Anyways, welcome, have a good time, let us know if you're growing sumfah!


----------



## brotherjericho (Apr 26, 2013)

As an aside, why do some people need to tell us about bad experiences with other forums?


----------



## theganjamonger (Apr 26, 2013)

^^^^


> *
> 
> welcome to the riu, however youll find assholes on any website.​
> 
> ...


Trust me I know, for the most part I can tolerate stupid people but when the mods start threatening to ban me just because I tell someone insulting my intelligence to stfu then I have a problem. Plus the Grasscity store sucks balls.


----------



## theganjamonger (Apr 26, 2013)

> *
> 
> As an aside, why do some people need to tell us about bad experiences with other forums?​
> 
> ...


Idk I guess im still a little pissed I got banned over something so stupid, sorry for being so negative im all about good vibes.


----------



## Figong (Apr 26, 2013)

Welcome to the chaos that is RIU, I am Figong - the ruthless dictator of Figongistan.


----------



## sunni (Apr 26, 2013)

theganjamonger said:


> ^^^^
> 
> 
> Trust me I know, for the most part I can tolerate stupid people but when the mods start threatening to ban me just because I tell someone insulting my intelligence to stfu then I have a problem. Plus the Grasscity store sucks balls.


well just a heads up no excessive swearing at other members, no name calling, harassment, or anything like that we have trolls but they know the "fine line" really well and they will do things inside the good part of the line to make you step WAY over the line and get yourself in trouble.
if you do encounter that issue here, which you will at some point, ignore the user and dont post anything back ignore them literally we have an ignore function


----------



## Figong (Apr 26, 2013)

sunni said:


> well just a heads up no excessive swearing at other members, no name calling, harassment, or anything like that we have trolls but they know the "fine line" really well and they will do things inside the good part of the line to make you step WAY over the line and get yourself in trouble.
> if you do encounter that issue here, which you will at some point, ignore the user and dont post anything back ignore them literally we have an ignore function


I'll admit, I am guilty of it if provoked. This is part of my 10 step corrections program to ensure quality posts for the RIU populace on my behalf.


----------



## Fenian Brotherhood (Apr 26, 2013)

sunni said:


> well just a heads up no excessive swearing at other members, no name calling, harassment, or anything like that we have trolls but they know the "fine line" really well and they will do things inside the good part of the line to make you step WAY over the line and get yourself in trouble.
> if you do encounter that issue here, which you will at some point, ignore the user and dont post anything back ignore them literally we have an ignore function



Now that you mention it. Kenetic Has been Harassing me lately


----------



## Fenian Brotherhood (Apr 26, 2013)

Figong said:


> I'll admit, I am guilty of it if provoked. This is part of my 10 step corrections program to ensure quality posts for the RIU populace on my behalf.

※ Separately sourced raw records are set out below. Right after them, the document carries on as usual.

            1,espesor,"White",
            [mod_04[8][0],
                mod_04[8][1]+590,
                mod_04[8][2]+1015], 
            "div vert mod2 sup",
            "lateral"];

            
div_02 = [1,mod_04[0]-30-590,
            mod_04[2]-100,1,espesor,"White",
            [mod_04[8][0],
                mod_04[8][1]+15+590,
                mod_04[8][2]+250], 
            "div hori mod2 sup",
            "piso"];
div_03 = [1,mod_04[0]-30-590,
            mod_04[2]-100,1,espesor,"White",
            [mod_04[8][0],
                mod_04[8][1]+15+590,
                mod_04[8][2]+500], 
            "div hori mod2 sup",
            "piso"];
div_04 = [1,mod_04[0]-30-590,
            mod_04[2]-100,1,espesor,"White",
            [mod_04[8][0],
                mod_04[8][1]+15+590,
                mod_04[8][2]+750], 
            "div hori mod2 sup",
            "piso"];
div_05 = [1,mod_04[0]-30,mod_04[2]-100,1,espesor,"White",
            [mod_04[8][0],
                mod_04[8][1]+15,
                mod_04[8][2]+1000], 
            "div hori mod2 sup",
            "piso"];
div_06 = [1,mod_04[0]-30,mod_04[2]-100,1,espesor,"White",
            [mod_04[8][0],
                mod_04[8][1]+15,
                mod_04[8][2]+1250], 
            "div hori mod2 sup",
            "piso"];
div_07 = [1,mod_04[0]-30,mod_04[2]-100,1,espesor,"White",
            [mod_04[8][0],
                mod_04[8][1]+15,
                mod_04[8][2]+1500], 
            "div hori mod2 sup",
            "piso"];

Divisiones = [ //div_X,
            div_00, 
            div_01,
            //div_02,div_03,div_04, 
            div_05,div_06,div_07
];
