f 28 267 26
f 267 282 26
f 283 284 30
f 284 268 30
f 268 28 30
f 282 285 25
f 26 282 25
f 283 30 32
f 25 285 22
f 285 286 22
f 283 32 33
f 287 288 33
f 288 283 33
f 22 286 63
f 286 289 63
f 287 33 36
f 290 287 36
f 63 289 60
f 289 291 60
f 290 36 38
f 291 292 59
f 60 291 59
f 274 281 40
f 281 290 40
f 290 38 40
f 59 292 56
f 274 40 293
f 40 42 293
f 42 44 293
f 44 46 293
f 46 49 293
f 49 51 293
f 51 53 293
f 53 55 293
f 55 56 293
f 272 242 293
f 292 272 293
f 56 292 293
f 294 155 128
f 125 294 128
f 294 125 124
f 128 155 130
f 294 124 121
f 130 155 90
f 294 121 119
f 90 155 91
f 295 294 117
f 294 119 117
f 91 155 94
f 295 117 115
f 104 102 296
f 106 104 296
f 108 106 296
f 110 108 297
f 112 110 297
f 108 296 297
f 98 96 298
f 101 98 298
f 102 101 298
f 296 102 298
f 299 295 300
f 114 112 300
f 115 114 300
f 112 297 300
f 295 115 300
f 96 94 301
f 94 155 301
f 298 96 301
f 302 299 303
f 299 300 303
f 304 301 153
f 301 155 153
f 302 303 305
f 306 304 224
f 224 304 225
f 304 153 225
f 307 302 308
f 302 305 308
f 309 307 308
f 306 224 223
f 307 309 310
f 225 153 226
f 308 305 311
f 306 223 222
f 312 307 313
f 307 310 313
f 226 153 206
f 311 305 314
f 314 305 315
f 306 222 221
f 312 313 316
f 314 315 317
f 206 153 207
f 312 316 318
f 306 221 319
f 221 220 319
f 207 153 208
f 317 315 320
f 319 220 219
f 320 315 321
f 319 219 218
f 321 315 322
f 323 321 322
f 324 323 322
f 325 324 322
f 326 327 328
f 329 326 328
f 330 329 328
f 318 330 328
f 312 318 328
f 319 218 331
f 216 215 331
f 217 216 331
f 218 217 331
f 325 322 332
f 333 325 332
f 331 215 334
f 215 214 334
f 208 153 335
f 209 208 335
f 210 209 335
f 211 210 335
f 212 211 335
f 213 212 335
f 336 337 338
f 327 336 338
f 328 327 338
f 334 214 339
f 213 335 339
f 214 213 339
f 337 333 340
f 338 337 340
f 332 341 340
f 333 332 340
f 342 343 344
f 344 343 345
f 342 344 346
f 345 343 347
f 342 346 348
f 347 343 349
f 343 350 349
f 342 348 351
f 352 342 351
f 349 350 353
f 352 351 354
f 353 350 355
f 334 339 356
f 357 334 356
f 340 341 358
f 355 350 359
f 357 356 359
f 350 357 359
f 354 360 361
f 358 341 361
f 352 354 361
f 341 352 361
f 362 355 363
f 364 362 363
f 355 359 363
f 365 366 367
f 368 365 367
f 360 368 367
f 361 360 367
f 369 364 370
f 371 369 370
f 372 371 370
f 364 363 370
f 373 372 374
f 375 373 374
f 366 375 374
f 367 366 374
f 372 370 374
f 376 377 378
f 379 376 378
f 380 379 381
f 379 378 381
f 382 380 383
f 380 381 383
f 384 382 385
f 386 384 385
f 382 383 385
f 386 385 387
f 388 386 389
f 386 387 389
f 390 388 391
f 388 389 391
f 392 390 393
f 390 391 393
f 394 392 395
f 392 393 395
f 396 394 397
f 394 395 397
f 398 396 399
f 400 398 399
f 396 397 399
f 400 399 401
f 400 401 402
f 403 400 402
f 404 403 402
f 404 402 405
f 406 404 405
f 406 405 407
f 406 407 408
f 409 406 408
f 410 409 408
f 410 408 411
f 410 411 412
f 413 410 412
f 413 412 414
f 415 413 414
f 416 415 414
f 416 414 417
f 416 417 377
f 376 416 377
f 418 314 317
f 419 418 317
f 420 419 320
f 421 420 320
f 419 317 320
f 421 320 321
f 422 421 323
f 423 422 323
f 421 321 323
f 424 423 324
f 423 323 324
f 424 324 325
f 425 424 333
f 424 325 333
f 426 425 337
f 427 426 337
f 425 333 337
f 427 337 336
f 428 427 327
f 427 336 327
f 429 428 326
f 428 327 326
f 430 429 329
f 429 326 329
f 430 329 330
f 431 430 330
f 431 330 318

You're So Full Of Shit LMAO!!


----------



## Figong (Apr 26, 2013)

Fenian Brotherhood said:


> You're So Full Of Shit LMAO!!


Actually, I am doing better than I was... the last 2 weeks I've gotten 2 major threads locked more than once due to firing back at douchebags instead of letting a mod deal with it.


----------



## Sativied (Apr 26, 2013)

sunni said:


> however youll find assholes on any website.





sunni said:


> we have trolls but they know the "fine line" really well


^^Awww don't mess with the new guy. 

She's just kidding dude. There are no trolls here, and no "ignorant, close minded, assholes who like to start shit with people with different outlooks on life" at all. No sir. So indeed, must have been them, not you. Welcome, ex-member of another forum, banned for being disrespectful to others... always a great asset.


----------



## theganjamonger (Apr 26, 2013)

> *
> 
> well just a heads up no excessive swearing at other members, no name calling, harassment, or anything like that we have trolls but they know the "fine line" really well and they will do things inside the good part of the line to make you step WAY over the line and get yourself in trouble.
> if you do encounter that issue here, which you will at some point, ignore the user and dont post anything back ignore them literally we have an ignore function​
> ...


Ok good to know. I'll admit I do have somewhat of a temper but its best not to feed the trolls you are 100% right.


----------



## Fenian Brotherhood (Apr 26, 2013)

Figong said:


> Actually, I am doing better than I was... the last 2 weeks I've gotten 2 major threads locked more than once due to firing back at douchebags instead of letting a mod deal with it.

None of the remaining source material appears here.